Experten wie Jack Bicer von Action1 warnen vor der zunehmenden Häufigkeit solcher Angriffe über die Vorschaufunktion. „Wenn eine einfache Dokumentenvorschau die Codeausführung auslösen kann, erhalten Angreifer eine direkte Tür ins System“, so Bicer.
Handlungsempfehlungen für Nutzer und Administratoren
Angesichts der Schwere der Sicherheitslücken ist schnelles Handeln erforderlich. Die wichtigste Maßnahme ist die umgehende Installation der von Microsoft bereitgestellten Sicherheitsupdates.
Für den Fall, dass ein Update nicht sofort eingespielt werden kann, empfehlen Experten zusätzliche Vorsichtsmaßnahmen:
- Netzwerkverkehr einschränken: Beschränken Sie ausgehende Netzwerkverbindungen von Office-Anwendungen, um die Datenexfiltration zu erschweren.

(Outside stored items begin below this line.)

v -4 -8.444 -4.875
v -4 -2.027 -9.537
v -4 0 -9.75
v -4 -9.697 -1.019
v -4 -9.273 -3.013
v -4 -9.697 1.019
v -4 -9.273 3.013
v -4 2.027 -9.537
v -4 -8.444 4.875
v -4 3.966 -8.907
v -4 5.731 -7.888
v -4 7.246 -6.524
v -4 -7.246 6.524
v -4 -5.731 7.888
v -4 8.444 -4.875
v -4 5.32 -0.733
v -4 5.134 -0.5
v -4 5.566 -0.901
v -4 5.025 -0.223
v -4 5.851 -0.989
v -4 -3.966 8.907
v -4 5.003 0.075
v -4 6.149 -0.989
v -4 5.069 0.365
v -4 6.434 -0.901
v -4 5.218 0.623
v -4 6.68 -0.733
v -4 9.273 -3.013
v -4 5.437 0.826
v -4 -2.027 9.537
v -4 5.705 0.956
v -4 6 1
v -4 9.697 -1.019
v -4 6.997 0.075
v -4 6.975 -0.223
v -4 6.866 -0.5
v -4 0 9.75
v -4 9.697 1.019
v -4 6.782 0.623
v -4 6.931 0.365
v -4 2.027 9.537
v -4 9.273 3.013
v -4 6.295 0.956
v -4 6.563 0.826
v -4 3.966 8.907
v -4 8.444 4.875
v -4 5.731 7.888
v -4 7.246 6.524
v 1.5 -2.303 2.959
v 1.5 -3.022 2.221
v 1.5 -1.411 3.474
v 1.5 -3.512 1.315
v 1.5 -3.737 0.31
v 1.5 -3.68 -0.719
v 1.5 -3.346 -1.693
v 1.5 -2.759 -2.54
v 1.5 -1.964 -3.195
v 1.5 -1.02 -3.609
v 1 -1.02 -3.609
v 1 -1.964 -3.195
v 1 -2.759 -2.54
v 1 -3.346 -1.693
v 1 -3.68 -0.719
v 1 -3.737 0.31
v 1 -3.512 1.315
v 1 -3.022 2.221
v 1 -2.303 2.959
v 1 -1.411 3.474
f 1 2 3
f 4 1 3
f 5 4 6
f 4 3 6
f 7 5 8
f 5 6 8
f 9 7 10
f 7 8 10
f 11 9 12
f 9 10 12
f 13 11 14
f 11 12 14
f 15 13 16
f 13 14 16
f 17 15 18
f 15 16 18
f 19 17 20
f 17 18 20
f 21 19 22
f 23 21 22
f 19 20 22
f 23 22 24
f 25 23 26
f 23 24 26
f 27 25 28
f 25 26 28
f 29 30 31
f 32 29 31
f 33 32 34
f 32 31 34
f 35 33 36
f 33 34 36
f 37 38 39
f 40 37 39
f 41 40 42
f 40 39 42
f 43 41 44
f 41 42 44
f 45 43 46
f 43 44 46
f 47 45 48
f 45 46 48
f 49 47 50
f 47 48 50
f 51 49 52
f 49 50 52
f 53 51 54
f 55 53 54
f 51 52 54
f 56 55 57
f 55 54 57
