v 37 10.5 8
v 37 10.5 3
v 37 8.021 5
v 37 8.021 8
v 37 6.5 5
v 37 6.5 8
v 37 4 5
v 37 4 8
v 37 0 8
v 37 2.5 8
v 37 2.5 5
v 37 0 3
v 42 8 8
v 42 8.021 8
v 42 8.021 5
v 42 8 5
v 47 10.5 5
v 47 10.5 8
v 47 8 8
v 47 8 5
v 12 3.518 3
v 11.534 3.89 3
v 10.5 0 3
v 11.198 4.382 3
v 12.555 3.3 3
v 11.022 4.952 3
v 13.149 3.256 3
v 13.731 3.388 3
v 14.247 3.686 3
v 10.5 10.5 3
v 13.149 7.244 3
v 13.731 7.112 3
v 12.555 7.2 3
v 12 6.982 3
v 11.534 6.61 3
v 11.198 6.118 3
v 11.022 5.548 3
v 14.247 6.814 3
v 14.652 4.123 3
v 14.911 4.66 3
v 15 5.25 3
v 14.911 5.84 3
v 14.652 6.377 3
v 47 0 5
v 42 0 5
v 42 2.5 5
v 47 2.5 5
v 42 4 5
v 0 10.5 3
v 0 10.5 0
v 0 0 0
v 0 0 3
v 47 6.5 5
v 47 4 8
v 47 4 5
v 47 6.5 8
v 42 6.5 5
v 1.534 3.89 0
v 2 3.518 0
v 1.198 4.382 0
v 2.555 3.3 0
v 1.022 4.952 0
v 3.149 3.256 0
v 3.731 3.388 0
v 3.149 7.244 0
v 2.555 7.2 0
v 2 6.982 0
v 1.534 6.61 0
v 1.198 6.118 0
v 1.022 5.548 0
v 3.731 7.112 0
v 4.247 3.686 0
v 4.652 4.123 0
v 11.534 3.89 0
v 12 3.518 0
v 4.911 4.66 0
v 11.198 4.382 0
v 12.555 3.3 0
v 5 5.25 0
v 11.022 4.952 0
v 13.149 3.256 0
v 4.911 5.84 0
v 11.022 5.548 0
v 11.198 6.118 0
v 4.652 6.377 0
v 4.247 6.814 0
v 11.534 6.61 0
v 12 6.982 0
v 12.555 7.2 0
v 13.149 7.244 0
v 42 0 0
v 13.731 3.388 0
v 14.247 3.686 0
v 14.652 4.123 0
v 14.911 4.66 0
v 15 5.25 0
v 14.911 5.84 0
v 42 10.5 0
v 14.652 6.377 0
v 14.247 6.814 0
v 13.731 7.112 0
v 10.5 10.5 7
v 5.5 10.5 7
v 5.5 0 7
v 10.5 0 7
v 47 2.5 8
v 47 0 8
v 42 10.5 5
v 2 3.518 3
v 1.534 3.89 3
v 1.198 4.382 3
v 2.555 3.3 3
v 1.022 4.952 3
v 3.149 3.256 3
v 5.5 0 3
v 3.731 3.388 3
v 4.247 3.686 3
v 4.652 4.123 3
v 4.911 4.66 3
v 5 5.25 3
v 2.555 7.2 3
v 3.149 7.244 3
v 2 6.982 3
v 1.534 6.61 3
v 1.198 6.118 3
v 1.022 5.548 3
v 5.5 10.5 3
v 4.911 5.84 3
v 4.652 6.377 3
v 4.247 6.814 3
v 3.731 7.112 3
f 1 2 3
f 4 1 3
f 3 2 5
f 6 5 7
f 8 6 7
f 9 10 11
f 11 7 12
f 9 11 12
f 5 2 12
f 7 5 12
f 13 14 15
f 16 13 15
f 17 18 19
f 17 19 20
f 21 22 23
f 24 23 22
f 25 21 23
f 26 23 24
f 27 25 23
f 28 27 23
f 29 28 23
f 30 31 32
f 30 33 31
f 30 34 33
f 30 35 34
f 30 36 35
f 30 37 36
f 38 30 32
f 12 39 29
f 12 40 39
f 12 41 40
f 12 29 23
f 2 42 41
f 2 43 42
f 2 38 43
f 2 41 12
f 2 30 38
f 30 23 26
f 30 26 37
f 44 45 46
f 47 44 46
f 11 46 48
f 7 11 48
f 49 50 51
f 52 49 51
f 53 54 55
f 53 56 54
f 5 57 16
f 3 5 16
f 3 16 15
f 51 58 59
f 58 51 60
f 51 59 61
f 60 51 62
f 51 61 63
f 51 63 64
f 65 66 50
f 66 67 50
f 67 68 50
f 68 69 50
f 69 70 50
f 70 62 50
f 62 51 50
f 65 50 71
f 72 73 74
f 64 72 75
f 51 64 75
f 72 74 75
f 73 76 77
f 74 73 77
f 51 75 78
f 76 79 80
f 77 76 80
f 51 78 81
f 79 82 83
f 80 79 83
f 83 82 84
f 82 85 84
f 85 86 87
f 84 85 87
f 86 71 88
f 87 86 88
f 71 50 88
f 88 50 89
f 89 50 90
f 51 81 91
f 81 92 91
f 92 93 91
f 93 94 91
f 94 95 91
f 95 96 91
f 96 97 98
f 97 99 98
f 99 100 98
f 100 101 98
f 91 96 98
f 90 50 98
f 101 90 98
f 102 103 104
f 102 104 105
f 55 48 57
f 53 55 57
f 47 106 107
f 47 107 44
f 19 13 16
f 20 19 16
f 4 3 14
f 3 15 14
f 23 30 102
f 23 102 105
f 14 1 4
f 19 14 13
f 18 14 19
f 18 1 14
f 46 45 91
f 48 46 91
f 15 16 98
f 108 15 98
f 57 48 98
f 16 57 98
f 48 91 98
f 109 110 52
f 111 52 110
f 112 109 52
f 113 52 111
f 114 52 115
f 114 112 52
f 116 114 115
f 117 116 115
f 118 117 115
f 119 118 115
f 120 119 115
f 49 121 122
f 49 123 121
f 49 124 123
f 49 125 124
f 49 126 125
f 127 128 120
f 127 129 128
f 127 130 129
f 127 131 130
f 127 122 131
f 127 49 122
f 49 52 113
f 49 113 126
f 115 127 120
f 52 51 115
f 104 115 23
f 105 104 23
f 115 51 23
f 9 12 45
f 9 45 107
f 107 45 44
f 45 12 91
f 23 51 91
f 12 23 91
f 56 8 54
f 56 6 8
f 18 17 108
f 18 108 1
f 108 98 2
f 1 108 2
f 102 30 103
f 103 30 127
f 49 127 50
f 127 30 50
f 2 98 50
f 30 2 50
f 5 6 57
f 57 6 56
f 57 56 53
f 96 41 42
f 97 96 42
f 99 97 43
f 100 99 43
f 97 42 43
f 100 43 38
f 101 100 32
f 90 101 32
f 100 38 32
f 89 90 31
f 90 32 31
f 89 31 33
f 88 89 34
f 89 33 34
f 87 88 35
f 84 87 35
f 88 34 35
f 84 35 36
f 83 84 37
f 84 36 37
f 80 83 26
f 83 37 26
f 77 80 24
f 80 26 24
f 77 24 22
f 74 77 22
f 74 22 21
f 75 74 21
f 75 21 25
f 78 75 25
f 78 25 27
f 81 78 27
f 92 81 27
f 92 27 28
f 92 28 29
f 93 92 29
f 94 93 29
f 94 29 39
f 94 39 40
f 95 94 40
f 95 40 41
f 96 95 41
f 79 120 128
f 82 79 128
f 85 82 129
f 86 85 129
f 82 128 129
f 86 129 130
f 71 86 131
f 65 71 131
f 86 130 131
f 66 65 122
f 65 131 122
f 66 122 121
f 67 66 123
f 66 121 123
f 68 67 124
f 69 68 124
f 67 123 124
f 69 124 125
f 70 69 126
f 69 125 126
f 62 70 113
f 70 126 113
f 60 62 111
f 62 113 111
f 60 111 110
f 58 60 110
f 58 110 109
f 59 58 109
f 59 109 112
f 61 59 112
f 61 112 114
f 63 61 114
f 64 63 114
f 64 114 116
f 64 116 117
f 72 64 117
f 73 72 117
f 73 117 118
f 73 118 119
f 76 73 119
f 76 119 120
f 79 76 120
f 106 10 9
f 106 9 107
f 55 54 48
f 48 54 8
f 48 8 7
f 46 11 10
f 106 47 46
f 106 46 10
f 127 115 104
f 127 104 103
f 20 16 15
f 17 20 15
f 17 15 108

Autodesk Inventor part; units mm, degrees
ref_plane "YZ Plane" through (0, 0, 0) normal (1, 0, 0) x (0, 1, 0)
ref_plane "XZ Plane" through (0, 0, 0) normal (0, 1, 0) x (-1, 0, 0)
ref_plane "XY Plane" through (0, 0, 0) normal (0, 0, 1) x (1, 0, 0)
sketch "Esquisse1" plane through (0, 0, 0) normal (0, 0, 1) x (1, 0, 0)
  line L0 (0, 0) -> (42, 0)
  line L1 (42, 0) -> (42, 10.5)
  line L2 (42, 10.5) -> (0, 10.5)
  line L3 (0, 10.5) -> (0, 0)
  dimension "d0" = 42
  dimension "d1" = 10.5
extrude "Extrusion1" add sketch "Esquisse1" along normal blind 3
sketch "Esquisse2" plane through (0, 0, 3) normal (0, 0, 1) x (1, 0, 0)
  line L0 (0, 10.5) -> (0, 0) projected
  circle A0 centre (3, 5.25) radius 2
  circle A1 centre (13, 5.25) radius 2
  dimension "d4" = 3
  dimension "d5" = 10
  dimension "d6" = 4
  dimension "d7" = 4
extrude "Extrusion2" cut sketch "Esquisse2" against normal through all
sketch "Esquisse3" plane through (0, 0, 3) normal (0, 0, 1) x (1, 0, 0)
  line L0 (0, 10.5) -> (0, 0) projected
  line L1 (0, 10.5) -> (5.5, 10.5)
  line L2 (42, 10.5) -> (0, 10.5) projected
  line L3 (5.5, 10.5) -> (10.5, 10.5)
  line L4 (10.5, 10.5) -> (10.5, 0)
  line L5 (10.5, 0) -> (5.5, 0)
  line L6 (5.5, 0) -> (5.5, 10.5)
  dimension "d10" = 5.5
  dimension "d11" = 5
  dimension "d12" = 10.5
extrude "Extrusion3" add sketch "Esquisse3" along normal blind 4
sketch "Esquisse4" plane through (0, 0, 3) normal (0, 0, 1) x (1, 0, 0)
  line L0 (42, 10.5) -> (0, 10.5) projected
  line L1 (42, 10.5) -> (37, 10.5)
  line L2 (37, 10.5) -> (37, 0)
  line L3 (37, 0) -> (42, 0)
  line L4 (42, 0) -> (42, 10.5)
  point P0 (0, 0)
  dimension "d15" = 5
  dimension "d16" = 10.5
extrude "Extrusion4" add sketch "Esquisse4" along normal blind 5
sketch "Esquisse5" plane through (42, 0, 0) normal (1, 0, 0) x (0, 0, -1)
  line L0 (-8, 10.5) -> (-8, 0) projected
  line L1 (-8, 0) -> (-5, 0)
  line L2 (-5, 0) -> (-5, 2.5)
  line L3 (-5, 2.5) -> (-8, 2.5)
  line L4 (-8, 2.5) -> (-8, 0)
  line L5 (-8, 2.5) -> (-8, 4)
  line L6 (-8, 4) -> (-5, 4)
  line L7 (-5, 4) -> (-5, 6.5)
  line L8 (-5, 6.5) -> (-8, 6.5)
  line L9 (-8, 6.5) -> (-8, 4)
  line L10 (-8, 6.5) -> (-8, 8)
  line L11 (-8, 8) -> (-5, 8)
  line L12 (-5, 8) -> (-5, 10.5)
  line L13 (-5, 10.5) -> (-8, 10.5)
  line L14 (-8, 10.5) -> (-8, 8)
  point P0 (0, 0)
  dimension "d21" = 3
  dimension "d22" = 2.5
  dimension "d23" = 1.5
  dimension "d24" = 3
  dimension "d25" = 2.5
  dimension "d26" = 1.5
  dimension "d27" = 3
  dimension "d28" = 2.5
extrude "Extrusion5" add sketch "Esquisse5" along normal blind 5
sketch "Esquisse6" plane through (42, 0, 0) normal (1, 0, 0) x (0, 0, -1)
  line L0 (-5, 2.5) -> (-8, 2.5) projected
  line L1 (-5, 6.5) -> (-5, 4) projected
  line L2 (-8, 2.5) -> (-5, 2.5)
  line L3 (-5, 2.5) -> (-5, 4)
  line L4 (-5, 4) -> (-8, 4)
  line L5 (-8, 4) -> (-8, 2.5)
  line L6 (-8, 6.5) -> (-5, 6.5)
  line L7 (-5, 6.5) -> (-5, 8.0213)
  line L8 (-5, 8.0213) -> (-8, 8.0213)
  line L9 (-8, 8.0213) -> (-8, 6.5)
  point P0 (0, 0)
extrude "Extrusion6" cut sketch "Esquisse6" against normal blind 5
properties part number "IF - TCRT5000"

- Netzwerkaktivitäten überwachen: Achten Sie auf ungewöhnliche Netzwerkanfragen, die von Excel-Prozessen ausgehen.
- Copilot-Agenten einschränken: Deaktivieren oder beschränken Sie die Funktionalität des Copilot-Agenten, bis der Patch installiert ist.
- Vorschaufenster deaktivieren: Um das Risiko durch die anderen Office-Lücken zu minimieren, kann das Vorschaufenster im Datei-Explorer deaktiviert werden.
Diese Schwachstellen unterstreichen die wachsende Komplexität der Cybersicherheit im Zeitalter der künstlichen Intelligenz. Sie zeigen, dass neue Technologien nicht nur Chancen, sondern auch neue Angriffsflächen schaffen, auf die sich Unternehmen und Privatnutzer einstellen müssen.